His work in the military sent him to various locations, including the South Atlantic where he was part of an anti-submarine patrol. He was in China for nine months with the 14th Air Force bombing group, known as the "Flying Tigers." He came home from China before the war ended and began his career in business.

William Hunter of Euclid finished his courses at Mount Union in the summer of 1943. A government and history major, Hunter also minored in drama and speech.

"I participated in 3-act plays every semester. Drama was my main extracurricular activity," recalled Hunter. The war was underway, and Hunter chose to participate in a program offered by the Navy for people who had just finished or were close to finishing college.

"I was sent to Chicago to Northwestern University, which the Navy had taken over, for midshipman's school," said Hunter.

His involvement in the Navy led him overseas, where he was part of the invasion of Normandy. Hunter's career was spent as a principal and administrator for various schools.
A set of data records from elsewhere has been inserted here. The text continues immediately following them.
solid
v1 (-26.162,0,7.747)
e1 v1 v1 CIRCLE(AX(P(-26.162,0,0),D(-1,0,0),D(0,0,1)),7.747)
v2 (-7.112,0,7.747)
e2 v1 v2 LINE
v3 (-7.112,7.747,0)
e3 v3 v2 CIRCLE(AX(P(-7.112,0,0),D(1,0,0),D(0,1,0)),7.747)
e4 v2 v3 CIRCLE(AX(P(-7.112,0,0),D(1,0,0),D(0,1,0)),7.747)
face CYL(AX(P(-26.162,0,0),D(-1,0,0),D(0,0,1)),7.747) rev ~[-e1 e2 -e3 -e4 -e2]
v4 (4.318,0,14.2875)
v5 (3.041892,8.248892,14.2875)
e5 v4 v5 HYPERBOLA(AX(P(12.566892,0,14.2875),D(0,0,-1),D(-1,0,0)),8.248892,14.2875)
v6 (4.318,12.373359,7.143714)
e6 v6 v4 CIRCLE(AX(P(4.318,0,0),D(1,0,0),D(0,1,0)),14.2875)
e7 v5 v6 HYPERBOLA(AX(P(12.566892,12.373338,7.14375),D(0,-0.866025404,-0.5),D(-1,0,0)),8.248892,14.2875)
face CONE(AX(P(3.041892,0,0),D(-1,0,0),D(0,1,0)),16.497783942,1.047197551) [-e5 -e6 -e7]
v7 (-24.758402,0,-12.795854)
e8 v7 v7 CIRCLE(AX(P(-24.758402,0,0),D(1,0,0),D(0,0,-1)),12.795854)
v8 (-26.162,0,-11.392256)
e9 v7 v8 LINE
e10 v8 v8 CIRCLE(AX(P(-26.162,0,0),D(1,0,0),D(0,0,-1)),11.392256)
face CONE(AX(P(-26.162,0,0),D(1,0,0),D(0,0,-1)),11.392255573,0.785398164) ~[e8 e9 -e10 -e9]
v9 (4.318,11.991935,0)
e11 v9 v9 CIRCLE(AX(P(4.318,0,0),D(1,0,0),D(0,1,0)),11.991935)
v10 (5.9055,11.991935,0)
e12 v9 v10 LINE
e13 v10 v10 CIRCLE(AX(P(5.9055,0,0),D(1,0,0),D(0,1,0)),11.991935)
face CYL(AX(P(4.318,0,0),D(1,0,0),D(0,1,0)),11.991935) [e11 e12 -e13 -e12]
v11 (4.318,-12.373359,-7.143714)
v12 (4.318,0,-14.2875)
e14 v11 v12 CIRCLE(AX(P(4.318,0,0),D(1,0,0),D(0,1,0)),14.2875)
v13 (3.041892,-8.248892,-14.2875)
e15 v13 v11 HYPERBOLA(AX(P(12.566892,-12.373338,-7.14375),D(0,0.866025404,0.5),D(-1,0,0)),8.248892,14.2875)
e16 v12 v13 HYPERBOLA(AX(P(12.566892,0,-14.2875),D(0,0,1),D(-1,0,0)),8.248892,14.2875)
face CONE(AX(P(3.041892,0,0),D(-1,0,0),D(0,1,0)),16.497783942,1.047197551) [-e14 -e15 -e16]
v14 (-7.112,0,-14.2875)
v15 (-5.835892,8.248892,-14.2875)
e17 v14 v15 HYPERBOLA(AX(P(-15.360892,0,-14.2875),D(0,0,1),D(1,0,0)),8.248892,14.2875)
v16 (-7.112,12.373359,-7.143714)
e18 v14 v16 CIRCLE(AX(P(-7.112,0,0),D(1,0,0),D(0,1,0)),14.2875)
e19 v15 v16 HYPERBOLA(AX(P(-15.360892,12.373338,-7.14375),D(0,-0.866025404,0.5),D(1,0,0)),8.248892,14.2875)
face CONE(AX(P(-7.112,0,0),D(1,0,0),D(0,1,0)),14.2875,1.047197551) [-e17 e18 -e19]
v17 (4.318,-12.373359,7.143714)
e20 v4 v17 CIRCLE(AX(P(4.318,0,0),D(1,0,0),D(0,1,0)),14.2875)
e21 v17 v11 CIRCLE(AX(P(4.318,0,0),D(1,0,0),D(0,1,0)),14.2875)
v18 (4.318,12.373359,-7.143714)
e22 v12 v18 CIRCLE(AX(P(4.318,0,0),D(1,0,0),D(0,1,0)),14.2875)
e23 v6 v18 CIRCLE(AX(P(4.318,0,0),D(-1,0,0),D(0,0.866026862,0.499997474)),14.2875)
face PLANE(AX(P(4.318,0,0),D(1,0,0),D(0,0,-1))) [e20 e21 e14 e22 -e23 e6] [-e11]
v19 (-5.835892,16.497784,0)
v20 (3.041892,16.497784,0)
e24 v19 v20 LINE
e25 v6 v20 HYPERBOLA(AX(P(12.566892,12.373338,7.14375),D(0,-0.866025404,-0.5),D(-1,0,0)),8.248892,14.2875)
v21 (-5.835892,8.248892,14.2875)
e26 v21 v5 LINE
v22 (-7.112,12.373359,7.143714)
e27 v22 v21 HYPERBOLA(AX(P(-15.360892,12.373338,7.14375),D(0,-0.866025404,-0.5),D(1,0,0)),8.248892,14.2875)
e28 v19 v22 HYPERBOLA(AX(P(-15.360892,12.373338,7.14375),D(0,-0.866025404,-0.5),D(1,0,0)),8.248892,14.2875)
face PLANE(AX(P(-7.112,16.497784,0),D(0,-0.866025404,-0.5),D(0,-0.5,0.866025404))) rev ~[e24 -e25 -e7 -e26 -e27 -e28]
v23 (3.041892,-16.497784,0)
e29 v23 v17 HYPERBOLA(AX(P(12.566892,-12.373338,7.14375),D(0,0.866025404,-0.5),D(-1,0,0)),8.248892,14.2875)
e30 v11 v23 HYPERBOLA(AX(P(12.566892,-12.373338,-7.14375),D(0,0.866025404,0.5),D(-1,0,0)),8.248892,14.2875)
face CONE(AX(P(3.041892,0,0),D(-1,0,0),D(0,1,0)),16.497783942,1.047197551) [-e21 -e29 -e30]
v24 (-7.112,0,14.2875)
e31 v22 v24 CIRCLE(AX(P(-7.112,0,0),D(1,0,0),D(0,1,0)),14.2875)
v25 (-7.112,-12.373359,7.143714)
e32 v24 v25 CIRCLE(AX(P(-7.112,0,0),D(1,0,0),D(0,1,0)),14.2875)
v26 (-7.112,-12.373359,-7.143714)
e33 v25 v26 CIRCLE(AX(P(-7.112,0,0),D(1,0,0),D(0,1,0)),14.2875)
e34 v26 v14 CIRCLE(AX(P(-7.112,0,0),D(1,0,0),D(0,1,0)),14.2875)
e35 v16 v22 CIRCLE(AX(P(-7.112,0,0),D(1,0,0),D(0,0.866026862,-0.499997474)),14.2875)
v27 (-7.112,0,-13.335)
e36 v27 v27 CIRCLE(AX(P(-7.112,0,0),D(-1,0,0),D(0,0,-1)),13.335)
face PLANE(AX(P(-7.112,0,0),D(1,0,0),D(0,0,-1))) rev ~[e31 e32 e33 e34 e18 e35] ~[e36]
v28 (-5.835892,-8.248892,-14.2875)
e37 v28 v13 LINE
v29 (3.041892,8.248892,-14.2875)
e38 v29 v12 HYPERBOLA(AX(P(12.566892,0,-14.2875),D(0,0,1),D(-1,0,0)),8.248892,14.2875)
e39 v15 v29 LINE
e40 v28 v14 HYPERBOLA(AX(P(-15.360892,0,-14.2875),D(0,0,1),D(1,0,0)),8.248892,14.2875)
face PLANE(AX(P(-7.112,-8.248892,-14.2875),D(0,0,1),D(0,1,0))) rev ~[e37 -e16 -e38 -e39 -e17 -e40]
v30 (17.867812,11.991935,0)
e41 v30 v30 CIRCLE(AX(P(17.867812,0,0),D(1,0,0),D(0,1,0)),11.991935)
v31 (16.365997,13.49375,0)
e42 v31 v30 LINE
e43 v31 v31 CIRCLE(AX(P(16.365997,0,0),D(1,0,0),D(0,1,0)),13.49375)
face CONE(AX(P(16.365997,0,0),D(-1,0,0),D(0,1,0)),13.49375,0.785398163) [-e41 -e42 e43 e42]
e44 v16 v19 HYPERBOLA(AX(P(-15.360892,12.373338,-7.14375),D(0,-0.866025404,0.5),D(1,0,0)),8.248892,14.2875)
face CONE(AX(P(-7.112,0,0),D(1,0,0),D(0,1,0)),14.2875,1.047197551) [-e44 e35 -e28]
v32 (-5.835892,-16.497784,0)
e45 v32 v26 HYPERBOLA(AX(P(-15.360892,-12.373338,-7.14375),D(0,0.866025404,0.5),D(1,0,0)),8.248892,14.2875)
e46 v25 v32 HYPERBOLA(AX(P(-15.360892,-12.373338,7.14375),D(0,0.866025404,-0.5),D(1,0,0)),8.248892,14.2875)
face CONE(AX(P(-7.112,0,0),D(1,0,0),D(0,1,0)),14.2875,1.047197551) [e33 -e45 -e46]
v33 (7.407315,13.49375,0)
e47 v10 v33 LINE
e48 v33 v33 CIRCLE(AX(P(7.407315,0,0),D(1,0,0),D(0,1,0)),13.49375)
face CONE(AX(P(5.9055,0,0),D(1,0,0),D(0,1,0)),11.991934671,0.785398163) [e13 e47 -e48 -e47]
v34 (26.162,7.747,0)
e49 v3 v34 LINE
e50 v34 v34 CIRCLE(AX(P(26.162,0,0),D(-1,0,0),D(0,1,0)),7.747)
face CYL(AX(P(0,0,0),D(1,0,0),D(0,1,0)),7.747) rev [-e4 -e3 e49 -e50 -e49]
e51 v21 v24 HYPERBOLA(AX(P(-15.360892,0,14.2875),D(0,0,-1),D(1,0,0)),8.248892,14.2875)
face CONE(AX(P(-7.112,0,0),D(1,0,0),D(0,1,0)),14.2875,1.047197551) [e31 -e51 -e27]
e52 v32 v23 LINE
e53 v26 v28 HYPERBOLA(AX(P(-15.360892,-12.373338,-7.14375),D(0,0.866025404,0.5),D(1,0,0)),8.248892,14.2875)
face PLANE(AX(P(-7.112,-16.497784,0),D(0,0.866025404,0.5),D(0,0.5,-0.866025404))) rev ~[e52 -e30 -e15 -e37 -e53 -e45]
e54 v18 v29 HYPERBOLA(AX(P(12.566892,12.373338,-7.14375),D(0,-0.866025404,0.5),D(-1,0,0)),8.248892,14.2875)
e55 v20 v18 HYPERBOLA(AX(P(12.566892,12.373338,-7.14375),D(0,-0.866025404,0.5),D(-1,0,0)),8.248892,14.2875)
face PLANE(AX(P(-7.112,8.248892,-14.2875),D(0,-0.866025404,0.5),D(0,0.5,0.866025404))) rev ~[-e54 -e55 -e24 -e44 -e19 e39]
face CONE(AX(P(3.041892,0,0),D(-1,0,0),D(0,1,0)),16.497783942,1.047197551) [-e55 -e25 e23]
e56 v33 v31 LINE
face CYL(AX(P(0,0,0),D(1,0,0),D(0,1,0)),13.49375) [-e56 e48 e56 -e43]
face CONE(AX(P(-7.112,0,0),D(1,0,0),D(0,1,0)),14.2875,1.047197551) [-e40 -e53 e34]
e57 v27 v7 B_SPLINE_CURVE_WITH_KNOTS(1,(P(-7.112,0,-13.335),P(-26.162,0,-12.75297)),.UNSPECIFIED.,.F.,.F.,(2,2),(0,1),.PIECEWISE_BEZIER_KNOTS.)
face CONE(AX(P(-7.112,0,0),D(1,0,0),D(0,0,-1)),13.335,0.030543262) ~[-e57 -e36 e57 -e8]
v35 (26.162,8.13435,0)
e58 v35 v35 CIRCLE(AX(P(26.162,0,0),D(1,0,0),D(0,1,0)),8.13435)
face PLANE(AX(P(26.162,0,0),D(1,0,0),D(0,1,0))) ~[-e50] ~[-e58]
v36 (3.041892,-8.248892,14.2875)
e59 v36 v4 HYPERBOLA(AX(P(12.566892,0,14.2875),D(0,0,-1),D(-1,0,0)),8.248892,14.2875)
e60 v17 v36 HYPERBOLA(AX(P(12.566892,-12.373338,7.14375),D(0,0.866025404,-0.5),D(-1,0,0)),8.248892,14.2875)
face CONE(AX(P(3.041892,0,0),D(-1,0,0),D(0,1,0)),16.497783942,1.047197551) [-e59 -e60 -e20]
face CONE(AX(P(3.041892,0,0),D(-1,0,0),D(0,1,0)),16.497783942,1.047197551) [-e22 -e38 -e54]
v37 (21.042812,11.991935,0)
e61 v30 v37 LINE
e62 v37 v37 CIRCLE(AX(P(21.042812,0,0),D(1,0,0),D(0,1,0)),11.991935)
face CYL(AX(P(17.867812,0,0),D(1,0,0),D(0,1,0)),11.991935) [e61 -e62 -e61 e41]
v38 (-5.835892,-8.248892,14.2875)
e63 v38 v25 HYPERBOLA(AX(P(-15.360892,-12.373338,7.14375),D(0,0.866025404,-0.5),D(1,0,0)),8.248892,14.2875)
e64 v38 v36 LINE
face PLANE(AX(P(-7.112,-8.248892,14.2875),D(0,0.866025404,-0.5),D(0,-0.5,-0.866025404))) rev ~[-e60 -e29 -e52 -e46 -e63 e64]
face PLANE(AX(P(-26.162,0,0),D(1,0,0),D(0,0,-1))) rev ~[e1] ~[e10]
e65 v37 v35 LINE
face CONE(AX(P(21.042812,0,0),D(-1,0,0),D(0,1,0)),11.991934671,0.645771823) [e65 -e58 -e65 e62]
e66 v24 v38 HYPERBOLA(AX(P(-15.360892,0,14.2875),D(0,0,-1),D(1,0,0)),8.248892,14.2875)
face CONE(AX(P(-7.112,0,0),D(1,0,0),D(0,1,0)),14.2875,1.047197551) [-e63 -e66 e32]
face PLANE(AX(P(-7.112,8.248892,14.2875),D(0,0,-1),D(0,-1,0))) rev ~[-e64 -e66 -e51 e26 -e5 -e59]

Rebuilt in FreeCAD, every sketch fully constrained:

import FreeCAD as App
import Part
import Sketcher
from FreeCAD import Vector
Q = App.Units.Quantity


def edges_at(feature, points):
    """Names of the edges that pass closest to the given points."""
    edges = feature.Shape.Edges
    near = lambda p: min(range(len(edges)), key=lambda i: edges[i].distToShape(Part.Vertex(*p))[0])
    return sorted({f"Edge{near(p) + 1}" for p in points})


def add_polygon(sketch, points):
    """Adds a closed chain of lines whose ends are joined by coincident constraints."""
    first, n = sketch.GeometryCount, len(points)
    for a, b in zip(points, points[1:] + points[:1]):
        sketch.addGeometry(Part.LineSegment(App.Vector(*a, 0), App.Vector(*b, 0)), False)
    for i in range(n):
        sketch.addConstraint(Sketcher.Constraint("Coincident", first + i, 2, first + (i + 1) % n, 1))

doc = App.newDocument("Part")
body = doc.addObject("PartDesign::Body", "Body")

# Sketch on XY plane
sketch1 = body.newObject("Sketcher::SketchObject", "Sketch")
sketch1.AttachmentSupport = (doc.getObject("XY_Plane"), [""])
sketch1.MapMode = "FlatFace"
add_polygon(sketch1, [(-26, 13), (-26, 0), (26, 0), (26, 13)])  # lines 0-3
sketch1.addConstraint([
    Sketcher.Constraint("Vertical", 0),
    Sketcher.Constraint("Horizontal", 1),
    Sketcher.Constraint("Vertical", 2),
    Sketcher.Constraint("Horizontal", 3),
    Sketcher.Constraint("Symmetric", 0, 2, 1, 2, -1, 1),
    Sketcher.Constraint("DistanceX", 1, 1, 1, 2, Q("2.06 in")),
    Sketcher.Constraint("DistanceY", 0, 2, 0, 1, Q("0.53125 in")),
])
revolution = body.newObject("PartDesign::Revolution", "Revolution")
revolution.Profile = sketch1
revolution.ReferenceAxis = (sketch1, ["H_Axis"])
revolution.Angle = 360

# Sketch on YZ plane
sketch2 = body.newObject("Sketcher::SketchObject", "Sketch001")
sketch2.AttachmentSupport = (doc.getObject("YZ_Plane"), [""])
sketch2.MapMode = "FlatFace"
sketch2.AttachmentOffset = App.Placement(Vector(0, 0, -0.28 * 25.4), App.Rotation())
add_polygon(sketch2, [(16, 0), (8, 14), (-8, 14), (-16, 0), (-8, -14), (8, -14)])  # lines 0-5
sketch2.addConstraint([
    Sketcher.Constraint("Horizontal", 1),
    Sketcher.Constraint("Horizontal", 4),
    Sketcher.Constraint("Symmetric", 0, 2, 3, 2, -1, 1),
    Sketcher.Constraint("Symmetric", 2, 2, 5, 2, -1, 1),
    Sketcher.Constraint("PointOnObject", 2, 2, -1),
    Sketcher.Constraint("Parallel", 2, 5),
    Sketcher.Constraint("Vertical", 1, 2, 3, 2),
    Sketcher.Constraint("Angle", 0, Q("120 deg")),
    Sketcher.Constraint("DistanceY", -1, 1, 0, 2, Q("0.5625 in")),
    Sketcher.Constraint("DistanceX", 1, 2, 1, 1, 16.497784),
])
pad1 = body.newObject("PartDesign::Pad", "Pad")
pad1.Profile = sketch2
pad1.Length = Q("0.45 in")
He served as principal of North Lincoln, Franklin and Riverside in the Alliance area, was an assistant principal and later principal of Euclid High School. He finished his career as an administrator for Maple Heights School District.

When he was contacted by Mount Union about the possibility of participating in graduation ceremonies, Hunter said he immediately agreed, thinking that it would "be fun."

"I have a lot of history at Mount Union," said Hunter, whose sister, two brothers, daughter and two grandsons are all graduates of the College.

Earle Wise of Alliance was also unable to take part in his graduation ceremonies in 1943 because he was in the service. Although he would have liked to participate in the graduation ceremonies that year, his unique situation lead to a memorable moment for his mother. Mount Union offered her the opportunity to take part in the ceremony and accept his diploma.

"She had not even graduated from high school, and it was one of her greatest moments," Wise recalls fondly.

Wise spent several years in the service, and he was eventually sent to Korea for two years as part of the military government. When he returned to the States, he attended law school, graduating from the University of Michigan. He practiced law for many years in Canton and became a judge for the court of appeals.

Following the graduation ceremony, which resulted in a standing ovation for the three veterans, Minkin said that he was "thrilled" with the experience.

"I was momentarily taken back 60 years," said Minkin. "It did not feel like it was a stage that I was on when I received my diploma-- it felt more like a cloud!"